Retinal Vessel Segmentation via Structure Tensor Coloring and Anisotropy Enhancement

Retinal vessel segmentation is one of the preliminary tasks for developing diagnosis software systems related to various retinal diseases. In this study, a fully automated vessel segmentation system is proposed. Firstly, the vessels are enhanced using a Frangi Filter. Afterwards, Structure Tensor is applied to the response of the Frangi Filter and a 4-D tensor field is obtained. After decomposing the Eigenvalues of the tensor field, the anisotropy between the principal Eigenvalues are enhanced exponentially. Furthermore, this 4-D tensor field is converted to the 3-D space which is composed of energy, anisotropy and orientation and then a Contrast Limited Adaptive Histogram Equalization algorithm is applied to the energy space. Later, the obtained energy space is multiplied by the enhanced mean surface curvature of itself and the modified 3-D space is converted back to the 4-D tensor field. Lastly, the vessel segmentation is performed by using Otsu algorithm and tensor coloring method which is inspired by the ellipsoid tensor visualization technique.
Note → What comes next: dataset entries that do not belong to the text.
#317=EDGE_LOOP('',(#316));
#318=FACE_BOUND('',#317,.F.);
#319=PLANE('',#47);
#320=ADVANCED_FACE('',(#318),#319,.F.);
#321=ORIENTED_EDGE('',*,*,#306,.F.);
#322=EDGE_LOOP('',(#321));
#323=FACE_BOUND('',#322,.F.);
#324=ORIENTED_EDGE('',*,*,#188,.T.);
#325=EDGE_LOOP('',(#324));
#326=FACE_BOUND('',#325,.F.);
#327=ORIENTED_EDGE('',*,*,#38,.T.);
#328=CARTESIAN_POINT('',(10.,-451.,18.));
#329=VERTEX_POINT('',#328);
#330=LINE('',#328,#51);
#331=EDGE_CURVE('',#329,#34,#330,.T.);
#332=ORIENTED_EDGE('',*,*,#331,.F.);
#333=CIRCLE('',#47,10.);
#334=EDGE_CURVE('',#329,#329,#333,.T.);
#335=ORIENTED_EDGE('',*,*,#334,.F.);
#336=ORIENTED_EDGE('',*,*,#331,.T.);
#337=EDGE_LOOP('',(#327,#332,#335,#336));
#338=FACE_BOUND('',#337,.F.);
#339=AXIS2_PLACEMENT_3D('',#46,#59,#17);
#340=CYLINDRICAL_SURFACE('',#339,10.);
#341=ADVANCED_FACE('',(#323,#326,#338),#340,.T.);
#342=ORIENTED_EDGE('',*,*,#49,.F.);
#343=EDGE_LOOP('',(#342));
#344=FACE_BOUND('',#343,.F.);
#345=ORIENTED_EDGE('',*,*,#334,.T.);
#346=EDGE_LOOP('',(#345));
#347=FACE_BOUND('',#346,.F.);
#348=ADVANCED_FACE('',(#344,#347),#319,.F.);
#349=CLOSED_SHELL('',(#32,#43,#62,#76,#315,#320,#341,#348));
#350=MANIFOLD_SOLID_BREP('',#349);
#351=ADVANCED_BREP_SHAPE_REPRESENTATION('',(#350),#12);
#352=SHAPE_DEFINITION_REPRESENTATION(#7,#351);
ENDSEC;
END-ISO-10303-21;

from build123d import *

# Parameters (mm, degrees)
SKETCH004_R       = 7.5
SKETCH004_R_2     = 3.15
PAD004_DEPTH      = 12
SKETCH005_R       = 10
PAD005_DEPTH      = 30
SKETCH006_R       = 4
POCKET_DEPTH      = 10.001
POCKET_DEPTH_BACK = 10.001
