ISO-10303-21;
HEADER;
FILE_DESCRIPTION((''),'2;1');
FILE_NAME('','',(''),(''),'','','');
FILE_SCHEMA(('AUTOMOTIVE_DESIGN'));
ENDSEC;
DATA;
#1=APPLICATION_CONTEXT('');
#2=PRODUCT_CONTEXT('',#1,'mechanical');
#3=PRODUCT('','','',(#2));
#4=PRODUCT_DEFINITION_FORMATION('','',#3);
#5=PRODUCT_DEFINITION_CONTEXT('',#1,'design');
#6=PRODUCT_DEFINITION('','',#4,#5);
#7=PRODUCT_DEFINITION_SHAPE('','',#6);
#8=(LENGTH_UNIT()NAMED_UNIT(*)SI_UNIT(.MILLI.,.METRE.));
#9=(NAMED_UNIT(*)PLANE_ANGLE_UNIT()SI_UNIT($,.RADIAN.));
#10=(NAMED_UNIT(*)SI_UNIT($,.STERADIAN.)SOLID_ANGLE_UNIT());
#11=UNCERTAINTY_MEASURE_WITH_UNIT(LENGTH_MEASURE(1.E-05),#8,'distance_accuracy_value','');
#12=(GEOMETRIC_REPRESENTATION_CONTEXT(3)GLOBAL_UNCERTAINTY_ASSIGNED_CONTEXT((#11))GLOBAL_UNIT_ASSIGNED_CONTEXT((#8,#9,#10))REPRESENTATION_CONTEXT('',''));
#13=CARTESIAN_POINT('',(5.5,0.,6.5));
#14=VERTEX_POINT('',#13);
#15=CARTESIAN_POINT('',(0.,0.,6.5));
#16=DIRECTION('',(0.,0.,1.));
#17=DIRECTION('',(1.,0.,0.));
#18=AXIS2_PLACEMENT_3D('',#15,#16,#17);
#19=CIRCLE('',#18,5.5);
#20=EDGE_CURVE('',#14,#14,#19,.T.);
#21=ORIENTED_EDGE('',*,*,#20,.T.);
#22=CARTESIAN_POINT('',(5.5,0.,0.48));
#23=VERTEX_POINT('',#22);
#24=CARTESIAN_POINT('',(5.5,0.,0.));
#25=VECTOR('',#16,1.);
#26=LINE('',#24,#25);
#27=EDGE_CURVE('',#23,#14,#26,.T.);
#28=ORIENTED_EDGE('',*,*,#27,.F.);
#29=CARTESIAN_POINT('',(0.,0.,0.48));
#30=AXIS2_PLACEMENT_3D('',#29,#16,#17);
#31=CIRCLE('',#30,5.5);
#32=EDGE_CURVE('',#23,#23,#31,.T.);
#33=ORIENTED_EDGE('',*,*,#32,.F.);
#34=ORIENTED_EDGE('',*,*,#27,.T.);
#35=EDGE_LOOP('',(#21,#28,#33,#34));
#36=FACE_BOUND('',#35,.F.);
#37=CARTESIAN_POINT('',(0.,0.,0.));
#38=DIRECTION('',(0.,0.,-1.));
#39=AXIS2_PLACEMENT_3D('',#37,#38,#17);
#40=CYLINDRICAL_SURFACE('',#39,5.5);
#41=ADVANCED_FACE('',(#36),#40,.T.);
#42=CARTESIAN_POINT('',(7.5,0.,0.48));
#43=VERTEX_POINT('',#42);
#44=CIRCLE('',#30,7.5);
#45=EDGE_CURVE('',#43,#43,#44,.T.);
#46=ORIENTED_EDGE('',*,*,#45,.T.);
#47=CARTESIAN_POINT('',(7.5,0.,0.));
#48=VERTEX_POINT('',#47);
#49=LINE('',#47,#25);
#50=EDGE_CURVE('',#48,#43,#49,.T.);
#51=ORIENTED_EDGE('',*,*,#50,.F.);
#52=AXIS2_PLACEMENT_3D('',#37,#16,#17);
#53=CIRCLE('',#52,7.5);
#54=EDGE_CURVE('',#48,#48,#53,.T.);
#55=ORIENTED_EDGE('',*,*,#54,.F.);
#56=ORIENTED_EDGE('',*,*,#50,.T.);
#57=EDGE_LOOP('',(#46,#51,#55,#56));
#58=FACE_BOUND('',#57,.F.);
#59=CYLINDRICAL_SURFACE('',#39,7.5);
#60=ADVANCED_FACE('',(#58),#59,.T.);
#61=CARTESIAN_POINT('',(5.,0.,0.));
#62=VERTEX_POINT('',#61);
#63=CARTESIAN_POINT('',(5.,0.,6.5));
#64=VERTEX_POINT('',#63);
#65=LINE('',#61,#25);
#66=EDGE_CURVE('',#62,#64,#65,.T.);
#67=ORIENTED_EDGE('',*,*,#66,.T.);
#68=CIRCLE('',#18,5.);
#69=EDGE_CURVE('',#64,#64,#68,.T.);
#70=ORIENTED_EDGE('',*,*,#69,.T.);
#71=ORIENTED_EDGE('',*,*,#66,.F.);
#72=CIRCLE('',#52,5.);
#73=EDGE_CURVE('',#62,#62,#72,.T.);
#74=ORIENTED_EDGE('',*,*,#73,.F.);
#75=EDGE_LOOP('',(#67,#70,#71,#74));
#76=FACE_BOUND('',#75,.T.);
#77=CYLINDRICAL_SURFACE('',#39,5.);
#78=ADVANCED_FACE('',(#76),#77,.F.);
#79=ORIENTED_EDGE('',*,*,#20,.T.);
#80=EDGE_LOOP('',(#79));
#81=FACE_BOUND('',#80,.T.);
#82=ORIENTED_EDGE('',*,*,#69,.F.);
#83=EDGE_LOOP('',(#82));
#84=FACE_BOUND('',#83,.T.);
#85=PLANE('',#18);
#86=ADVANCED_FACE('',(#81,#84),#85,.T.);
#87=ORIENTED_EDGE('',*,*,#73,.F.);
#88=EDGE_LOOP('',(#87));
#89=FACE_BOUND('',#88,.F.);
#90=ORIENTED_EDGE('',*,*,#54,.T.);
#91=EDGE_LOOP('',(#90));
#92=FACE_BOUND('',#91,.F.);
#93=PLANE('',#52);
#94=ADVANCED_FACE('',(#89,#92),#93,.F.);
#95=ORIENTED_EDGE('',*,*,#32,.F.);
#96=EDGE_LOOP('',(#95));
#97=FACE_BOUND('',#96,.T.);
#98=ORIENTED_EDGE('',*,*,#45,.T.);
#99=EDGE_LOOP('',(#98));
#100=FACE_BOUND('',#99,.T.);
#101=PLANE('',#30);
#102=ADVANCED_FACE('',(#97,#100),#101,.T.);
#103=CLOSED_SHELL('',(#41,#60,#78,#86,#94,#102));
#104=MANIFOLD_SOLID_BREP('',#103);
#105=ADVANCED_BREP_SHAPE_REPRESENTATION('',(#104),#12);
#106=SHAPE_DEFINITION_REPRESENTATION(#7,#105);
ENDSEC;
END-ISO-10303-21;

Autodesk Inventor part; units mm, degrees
ref_plane "YZ Plane" through (0, 0, 0) normal (1, 0, 0) x (0, 1, 0)
ref_plane "XZ Plane" through (0, 0, 0) normal (0, 1, 0) x (-1, 0, 0)
ref_plane "XY Plane" through (0, 0, 0) normal (0, 0, 1) x (1, 0, 0)
sketch "スケッチ1" plane through (0, 0, 0) normal (0, 0, 1) x (1, 0, 0)
  circle A0 centre (0, 0) radius 5
  circle A1 centre (0, 0) radius 5.5
  circle A2 centre (0, 0) radius 7.5
  dimension "d0" = 10
  dimension "d1" = 11
  dimension "d4" = 15
extrude "押し出し1" add sketch "スケッチ1" along normal blind 6.5 contours A1
extrude "押し出し2" add sketch "スケッチ1" along normal blind 0.48 contours A2
properties part number "ドライメッシュw6.5f10-11a" material "真鍮、ソフト イエロー"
Finally, some post-processing techniques are applied to the segmentation result. In this study, the proposed method achieved mean sensitivity of 0.8123, 0.8126, 0.7246 and mean specificity of 0.9342, 0.9442, 0.9453 as well as mean accuracy of 0.9183, 0.9442, 0.9236 for DRIVE, STARE and CHASE_DB1 datasets, respectively. The mean execution time of this study is 6.104, 6.4525 and 18.8370 s for the aforementioned three datasets respectively.